His actions, many of which he suggested, initiated, and implemented, all contributed, both directly and indirectly, to the deaths of hundreds of thousands at a minimum. He effectively committed treason during the Vietnam War, played with individuals’ lives like they were pawns on a chessboard, and believed the state (and therefore himself) to be above the law. His time in office, while being seen by some as effective (which is certainly a fair point of view in some respects), will be remembered as a time of bloodshed and terror for both those who held Leftist ideals and those who were considered antagonists by numerous right-wing, anti-Communist governments around the globe.
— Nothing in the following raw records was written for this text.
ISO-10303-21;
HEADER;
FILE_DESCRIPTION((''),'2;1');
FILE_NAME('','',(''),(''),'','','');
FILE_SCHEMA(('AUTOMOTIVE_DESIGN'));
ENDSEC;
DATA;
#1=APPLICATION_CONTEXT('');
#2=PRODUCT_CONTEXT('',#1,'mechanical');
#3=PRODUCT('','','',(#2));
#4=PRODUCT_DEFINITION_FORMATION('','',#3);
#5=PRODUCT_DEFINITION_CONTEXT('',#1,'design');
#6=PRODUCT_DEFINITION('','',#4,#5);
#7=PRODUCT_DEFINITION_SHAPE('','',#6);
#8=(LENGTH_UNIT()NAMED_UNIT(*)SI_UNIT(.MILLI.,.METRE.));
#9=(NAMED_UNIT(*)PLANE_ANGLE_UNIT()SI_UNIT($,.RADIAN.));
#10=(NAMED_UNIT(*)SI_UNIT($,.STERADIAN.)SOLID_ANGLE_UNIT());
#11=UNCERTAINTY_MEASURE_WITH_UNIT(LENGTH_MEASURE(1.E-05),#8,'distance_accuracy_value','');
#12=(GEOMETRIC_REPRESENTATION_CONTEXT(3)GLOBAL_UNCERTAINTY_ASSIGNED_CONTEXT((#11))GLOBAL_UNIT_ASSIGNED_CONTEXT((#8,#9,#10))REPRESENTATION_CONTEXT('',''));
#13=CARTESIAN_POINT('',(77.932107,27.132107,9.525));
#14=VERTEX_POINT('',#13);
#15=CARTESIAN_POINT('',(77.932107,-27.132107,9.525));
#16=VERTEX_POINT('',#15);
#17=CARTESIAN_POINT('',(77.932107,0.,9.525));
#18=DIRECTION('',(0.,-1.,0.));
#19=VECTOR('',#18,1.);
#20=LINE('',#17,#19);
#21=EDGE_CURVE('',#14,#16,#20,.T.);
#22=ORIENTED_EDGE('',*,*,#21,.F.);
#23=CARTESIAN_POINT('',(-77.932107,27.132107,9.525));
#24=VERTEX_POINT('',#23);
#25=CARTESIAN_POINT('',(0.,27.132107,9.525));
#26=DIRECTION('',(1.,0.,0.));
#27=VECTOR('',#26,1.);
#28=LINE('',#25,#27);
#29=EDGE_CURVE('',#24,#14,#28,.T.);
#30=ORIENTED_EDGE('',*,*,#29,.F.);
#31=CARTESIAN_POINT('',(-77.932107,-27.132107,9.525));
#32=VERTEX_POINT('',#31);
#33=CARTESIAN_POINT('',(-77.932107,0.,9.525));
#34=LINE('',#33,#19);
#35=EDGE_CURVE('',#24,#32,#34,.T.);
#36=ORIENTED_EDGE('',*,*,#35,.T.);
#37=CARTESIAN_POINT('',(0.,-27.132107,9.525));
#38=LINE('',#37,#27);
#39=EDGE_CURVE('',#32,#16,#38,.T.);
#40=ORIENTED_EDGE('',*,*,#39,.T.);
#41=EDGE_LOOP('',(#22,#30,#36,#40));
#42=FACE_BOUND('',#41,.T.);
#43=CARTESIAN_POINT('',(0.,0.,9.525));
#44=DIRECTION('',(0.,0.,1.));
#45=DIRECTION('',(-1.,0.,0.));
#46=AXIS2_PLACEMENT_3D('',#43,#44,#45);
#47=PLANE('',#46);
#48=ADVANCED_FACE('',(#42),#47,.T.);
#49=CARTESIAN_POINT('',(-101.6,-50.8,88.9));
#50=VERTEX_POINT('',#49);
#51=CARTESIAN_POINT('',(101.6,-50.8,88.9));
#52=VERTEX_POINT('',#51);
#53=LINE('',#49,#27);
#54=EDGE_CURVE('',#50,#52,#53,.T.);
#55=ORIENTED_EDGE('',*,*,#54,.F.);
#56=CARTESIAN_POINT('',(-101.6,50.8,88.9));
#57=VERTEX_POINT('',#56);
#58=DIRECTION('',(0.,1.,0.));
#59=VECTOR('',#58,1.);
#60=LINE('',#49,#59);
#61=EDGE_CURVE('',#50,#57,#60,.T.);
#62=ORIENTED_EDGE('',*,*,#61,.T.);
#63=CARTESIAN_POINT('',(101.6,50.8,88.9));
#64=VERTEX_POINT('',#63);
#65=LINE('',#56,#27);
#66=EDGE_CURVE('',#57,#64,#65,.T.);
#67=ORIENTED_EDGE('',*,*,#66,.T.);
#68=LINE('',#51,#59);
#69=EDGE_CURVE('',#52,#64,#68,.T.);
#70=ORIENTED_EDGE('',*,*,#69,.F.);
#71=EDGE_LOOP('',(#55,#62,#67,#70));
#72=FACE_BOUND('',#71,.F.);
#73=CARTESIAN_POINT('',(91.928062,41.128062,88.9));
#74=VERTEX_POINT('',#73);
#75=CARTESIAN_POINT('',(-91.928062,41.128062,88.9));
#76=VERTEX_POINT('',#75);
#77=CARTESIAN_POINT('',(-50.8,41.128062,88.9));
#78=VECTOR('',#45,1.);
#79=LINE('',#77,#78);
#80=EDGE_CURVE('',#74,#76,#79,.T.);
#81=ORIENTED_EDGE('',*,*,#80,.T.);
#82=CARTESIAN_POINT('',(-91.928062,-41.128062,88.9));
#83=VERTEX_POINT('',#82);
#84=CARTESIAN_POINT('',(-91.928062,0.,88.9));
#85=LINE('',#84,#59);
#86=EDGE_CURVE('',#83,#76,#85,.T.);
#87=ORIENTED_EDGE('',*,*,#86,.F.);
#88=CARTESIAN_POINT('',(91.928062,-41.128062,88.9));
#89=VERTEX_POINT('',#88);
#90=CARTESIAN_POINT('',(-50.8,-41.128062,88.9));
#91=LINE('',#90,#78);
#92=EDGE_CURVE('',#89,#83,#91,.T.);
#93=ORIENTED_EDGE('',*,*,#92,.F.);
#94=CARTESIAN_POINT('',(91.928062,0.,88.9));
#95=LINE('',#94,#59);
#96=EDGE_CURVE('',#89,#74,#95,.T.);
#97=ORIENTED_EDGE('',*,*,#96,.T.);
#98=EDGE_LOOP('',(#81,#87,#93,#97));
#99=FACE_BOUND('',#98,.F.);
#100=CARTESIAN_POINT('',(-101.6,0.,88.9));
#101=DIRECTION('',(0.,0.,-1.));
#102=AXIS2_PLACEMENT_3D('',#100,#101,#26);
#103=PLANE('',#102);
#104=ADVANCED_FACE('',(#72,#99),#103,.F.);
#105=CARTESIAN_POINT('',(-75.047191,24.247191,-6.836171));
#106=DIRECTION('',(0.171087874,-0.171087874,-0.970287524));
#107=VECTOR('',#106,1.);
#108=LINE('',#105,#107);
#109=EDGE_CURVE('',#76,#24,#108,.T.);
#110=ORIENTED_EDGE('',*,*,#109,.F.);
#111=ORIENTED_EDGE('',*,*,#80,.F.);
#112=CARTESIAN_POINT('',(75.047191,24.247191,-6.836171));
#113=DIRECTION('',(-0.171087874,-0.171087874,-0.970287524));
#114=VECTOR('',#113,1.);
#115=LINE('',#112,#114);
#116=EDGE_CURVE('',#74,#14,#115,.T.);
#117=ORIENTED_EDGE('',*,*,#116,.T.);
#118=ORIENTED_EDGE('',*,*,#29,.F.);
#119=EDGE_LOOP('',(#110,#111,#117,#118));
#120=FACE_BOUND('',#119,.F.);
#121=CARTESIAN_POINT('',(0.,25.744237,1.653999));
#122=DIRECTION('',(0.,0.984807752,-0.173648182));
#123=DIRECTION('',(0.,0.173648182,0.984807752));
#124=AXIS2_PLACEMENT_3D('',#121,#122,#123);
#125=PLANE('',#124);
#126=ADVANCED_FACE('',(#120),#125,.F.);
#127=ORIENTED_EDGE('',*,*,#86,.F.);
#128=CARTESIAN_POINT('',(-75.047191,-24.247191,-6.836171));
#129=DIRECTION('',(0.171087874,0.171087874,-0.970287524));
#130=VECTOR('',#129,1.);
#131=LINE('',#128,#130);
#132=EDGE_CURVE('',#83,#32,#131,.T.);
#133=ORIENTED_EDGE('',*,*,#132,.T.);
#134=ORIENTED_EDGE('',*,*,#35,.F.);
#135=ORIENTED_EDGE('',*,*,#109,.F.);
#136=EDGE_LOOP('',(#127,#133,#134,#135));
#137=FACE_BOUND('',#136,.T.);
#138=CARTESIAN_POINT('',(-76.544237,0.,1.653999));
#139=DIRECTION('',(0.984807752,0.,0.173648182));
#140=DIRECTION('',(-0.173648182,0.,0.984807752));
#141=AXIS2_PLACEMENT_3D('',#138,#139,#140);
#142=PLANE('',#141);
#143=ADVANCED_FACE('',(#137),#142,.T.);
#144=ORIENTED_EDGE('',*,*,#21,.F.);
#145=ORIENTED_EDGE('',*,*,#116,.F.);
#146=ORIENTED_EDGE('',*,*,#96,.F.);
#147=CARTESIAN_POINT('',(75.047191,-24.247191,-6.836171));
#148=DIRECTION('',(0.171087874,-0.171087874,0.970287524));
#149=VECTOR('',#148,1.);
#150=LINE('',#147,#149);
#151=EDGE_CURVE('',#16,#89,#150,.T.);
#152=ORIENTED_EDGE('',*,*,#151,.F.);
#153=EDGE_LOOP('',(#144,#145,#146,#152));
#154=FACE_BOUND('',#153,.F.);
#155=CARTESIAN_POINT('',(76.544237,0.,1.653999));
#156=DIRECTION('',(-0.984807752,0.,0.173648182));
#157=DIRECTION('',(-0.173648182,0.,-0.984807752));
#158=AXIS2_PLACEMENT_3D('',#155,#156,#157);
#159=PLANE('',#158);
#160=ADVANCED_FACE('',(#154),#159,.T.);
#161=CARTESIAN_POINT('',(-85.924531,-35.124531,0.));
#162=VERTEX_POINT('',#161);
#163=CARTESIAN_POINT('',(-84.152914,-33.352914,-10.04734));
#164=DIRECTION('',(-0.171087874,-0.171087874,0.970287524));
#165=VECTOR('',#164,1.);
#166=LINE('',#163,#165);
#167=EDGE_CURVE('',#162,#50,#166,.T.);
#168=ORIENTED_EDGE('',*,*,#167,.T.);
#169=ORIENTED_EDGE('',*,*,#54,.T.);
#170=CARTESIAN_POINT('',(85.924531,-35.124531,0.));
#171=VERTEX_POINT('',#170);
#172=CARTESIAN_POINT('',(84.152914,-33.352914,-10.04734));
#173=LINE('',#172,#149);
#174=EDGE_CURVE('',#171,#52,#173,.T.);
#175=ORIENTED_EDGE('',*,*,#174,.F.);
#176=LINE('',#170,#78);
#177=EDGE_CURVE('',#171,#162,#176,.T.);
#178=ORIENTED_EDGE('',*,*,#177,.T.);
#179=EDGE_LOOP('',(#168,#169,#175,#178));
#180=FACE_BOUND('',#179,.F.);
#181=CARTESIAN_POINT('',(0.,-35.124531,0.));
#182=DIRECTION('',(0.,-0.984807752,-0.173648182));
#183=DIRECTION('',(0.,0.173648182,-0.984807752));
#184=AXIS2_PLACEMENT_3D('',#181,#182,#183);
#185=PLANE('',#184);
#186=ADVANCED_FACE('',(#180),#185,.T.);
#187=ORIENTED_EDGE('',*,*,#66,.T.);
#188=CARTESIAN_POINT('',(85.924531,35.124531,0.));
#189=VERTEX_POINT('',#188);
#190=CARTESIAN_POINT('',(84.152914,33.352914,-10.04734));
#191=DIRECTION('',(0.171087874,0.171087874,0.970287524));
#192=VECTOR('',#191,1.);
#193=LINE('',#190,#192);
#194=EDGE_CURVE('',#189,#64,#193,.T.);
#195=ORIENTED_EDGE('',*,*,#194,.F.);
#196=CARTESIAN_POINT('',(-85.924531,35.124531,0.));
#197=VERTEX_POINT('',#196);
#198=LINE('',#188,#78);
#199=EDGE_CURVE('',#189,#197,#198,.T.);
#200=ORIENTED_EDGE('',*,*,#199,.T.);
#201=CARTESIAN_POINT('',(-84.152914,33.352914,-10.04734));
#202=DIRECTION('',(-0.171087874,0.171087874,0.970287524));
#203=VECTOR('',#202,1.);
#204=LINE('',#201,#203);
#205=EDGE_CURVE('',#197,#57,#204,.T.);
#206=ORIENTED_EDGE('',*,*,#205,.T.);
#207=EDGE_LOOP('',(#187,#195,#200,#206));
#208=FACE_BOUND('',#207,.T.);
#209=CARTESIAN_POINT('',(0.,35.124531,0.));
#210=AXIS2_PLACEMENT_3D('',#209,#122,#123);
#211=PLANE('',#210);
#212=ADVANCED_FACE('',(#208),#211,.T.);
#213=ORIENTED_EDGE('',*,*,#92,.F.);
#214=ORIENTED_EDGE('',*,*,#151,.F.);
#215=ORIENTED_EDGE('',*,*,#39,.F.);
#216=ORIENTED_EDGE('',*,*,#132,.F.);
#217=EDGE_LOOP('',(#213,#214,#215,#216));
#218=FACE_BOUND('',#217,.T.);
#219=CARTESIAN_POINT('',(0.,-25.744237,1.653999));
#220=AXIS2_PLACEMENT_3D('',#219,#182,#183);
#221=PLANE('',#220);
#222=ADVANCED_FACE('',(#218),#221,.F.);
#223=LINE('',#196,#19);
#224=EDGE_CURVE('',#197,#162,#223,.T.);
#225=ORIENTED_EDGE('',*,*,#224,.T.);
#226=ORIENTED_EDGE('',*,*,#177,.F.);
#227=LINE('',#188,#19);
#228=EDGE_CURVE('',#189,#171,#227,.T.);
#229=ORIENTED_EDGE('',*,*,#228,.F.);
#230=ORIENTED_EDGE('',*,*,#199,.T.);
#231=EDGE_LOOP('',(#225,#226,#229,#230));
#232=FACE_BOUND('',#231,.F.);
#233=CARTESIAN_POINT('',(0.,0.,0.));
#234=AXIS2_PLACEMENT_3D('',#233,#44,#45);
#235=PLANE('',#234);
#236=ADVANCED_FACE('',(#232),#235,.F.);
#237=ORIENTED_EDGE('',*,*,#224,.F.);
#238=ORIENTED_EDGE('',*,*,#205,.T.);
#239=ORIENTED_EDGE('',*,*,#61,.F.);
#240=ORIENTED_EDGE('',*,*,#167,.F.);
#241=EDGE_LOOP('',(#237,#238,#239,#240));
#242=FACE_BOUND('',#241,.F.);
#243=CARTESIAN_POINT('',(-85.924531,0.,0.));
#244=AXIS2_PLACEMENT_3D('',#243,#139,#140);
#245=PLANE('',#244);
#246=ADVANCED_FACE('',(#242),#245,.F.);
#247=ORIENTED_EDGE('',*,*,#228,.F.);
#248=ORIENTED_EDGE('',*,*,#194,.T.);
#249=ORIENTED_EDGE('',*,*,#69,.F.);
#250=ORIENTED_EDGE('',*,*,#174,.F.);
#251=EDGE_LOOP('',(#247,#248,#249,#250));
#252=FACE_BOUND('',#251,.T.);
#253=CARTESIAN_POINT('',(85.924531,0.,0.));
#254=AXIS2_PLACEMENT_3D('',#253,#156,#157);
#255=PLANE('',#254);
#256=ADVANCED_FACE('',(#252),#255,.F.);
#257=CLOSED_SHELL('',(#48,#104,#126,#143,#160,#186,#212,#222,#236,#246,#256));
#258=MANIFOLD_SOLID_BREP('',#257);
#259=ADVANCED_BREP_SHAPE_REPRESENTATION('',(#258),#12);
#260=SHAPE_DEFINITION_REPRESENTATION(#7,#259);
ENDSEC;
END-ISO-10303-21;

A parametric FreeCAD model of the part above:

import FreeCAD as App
import Part
import Sketcher
Q = App.Units.Quantity


def faces_at(feature, points):
    """Names of the faces that lie closest to the given points."""
    faces = feature.Shape.Faces
    near = lambda p: min(range(len(faces)), key=lambda i: faces[i].distToShape(Part.Vertex(*p))[0])
    return sorted({f"Face{near(p) + 1}" for p in points})

doc = App.newDocument("Part")
body = doc.addObject("PartDesign::Body", "Body")

# Sketch on XZ plane
sketch1 = body.newObject("Sketcher::SketchObject", "Sketch")
sketch1.AttachmentSupport = (doc.getObject("XZ_Plane"), [""])
sketch1.MapMode = "FlatFace"
sketch1.addGeometry(Part.LineSegment(App.Vector(0, 89, 0), App.Vector(0, 0, 0)), False)
sketch1.addGeometry(Part.LineSegment(App.Vector(0, 0, 0), App.Vector(86, 0, 0)), False)
sketch1.addGeometry(Part.LineSegment(App.Vector(86, 0, 0), App.Vector(102, 89, 0)), False)
sketch1.addGeometry(Part.LineSegment(App.Vector(102, 89, 0), App.Vector(0, 89, 0)), False)
sketch1.addConstraint(Sketcher.Constraint("Coincident", 0, 2, 1, 1))
sketch1.addConstraint(Sketcher.Constraint("Coincident", 1, 2, 2, 1))
sketch1.addConstraint(Sketcher.Constraint("Coincident", 2, 2, 3, 1))
sketch1.addConstraint(Sketcher.Constraint("Coincident", 3, 2, 0, 1))
sketch1.addConstraint(Sketcher.Constraint("Vertical", 0))
sketch1.addConstraint(Sketcher.Constraint("Horizontal", 1))
sketch1.addConstraint(Sketcher.Constraint("Horizontal", 3))
sketch1.addConstraint(Sketcher.Constraint("Coincident", 0, 2, -1, 1))
sketch1.addConstraint(Sketcher.Constraint("DistanceX", 3, 2, 3, 1, Q("4 in")))
sketch1.addConstraint(Sketcher.Constraint("DistanceY", 0, 2, 0, 1, Q("3.5 in")))
sketch1.addConstraint(Sketcher.Constraint("Angle", 2, Q("80 deg")))
pad1 = body.newObject("PartDesign::Pad", "Pad")
pad1.Profile = sketch1
pad1.Length = Q("2 in")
The day Dr. Kissinger dies will be a time of rejoicing and celebration for all individuals: for Americans who lost a family member in the Vietnam War to the orphan whose parents were killed in Cambodia, Bangladesh, and Argentina. It will also be, for those who have sought Kissinger’s counsel and made allies with him, a moment of reflection and consideration of America’s foreign policy in the late 20th century, the lives lost in the name of American adventurism and fear of the other, and how the United States needs to re-examine their foreign policy as the world’s policeman.
Henry Kissinger’s legacy upon the state of American foreign policy is long and dark, drenched in the blood of innocents, and will only become somewhat clean when he is buried in the ground.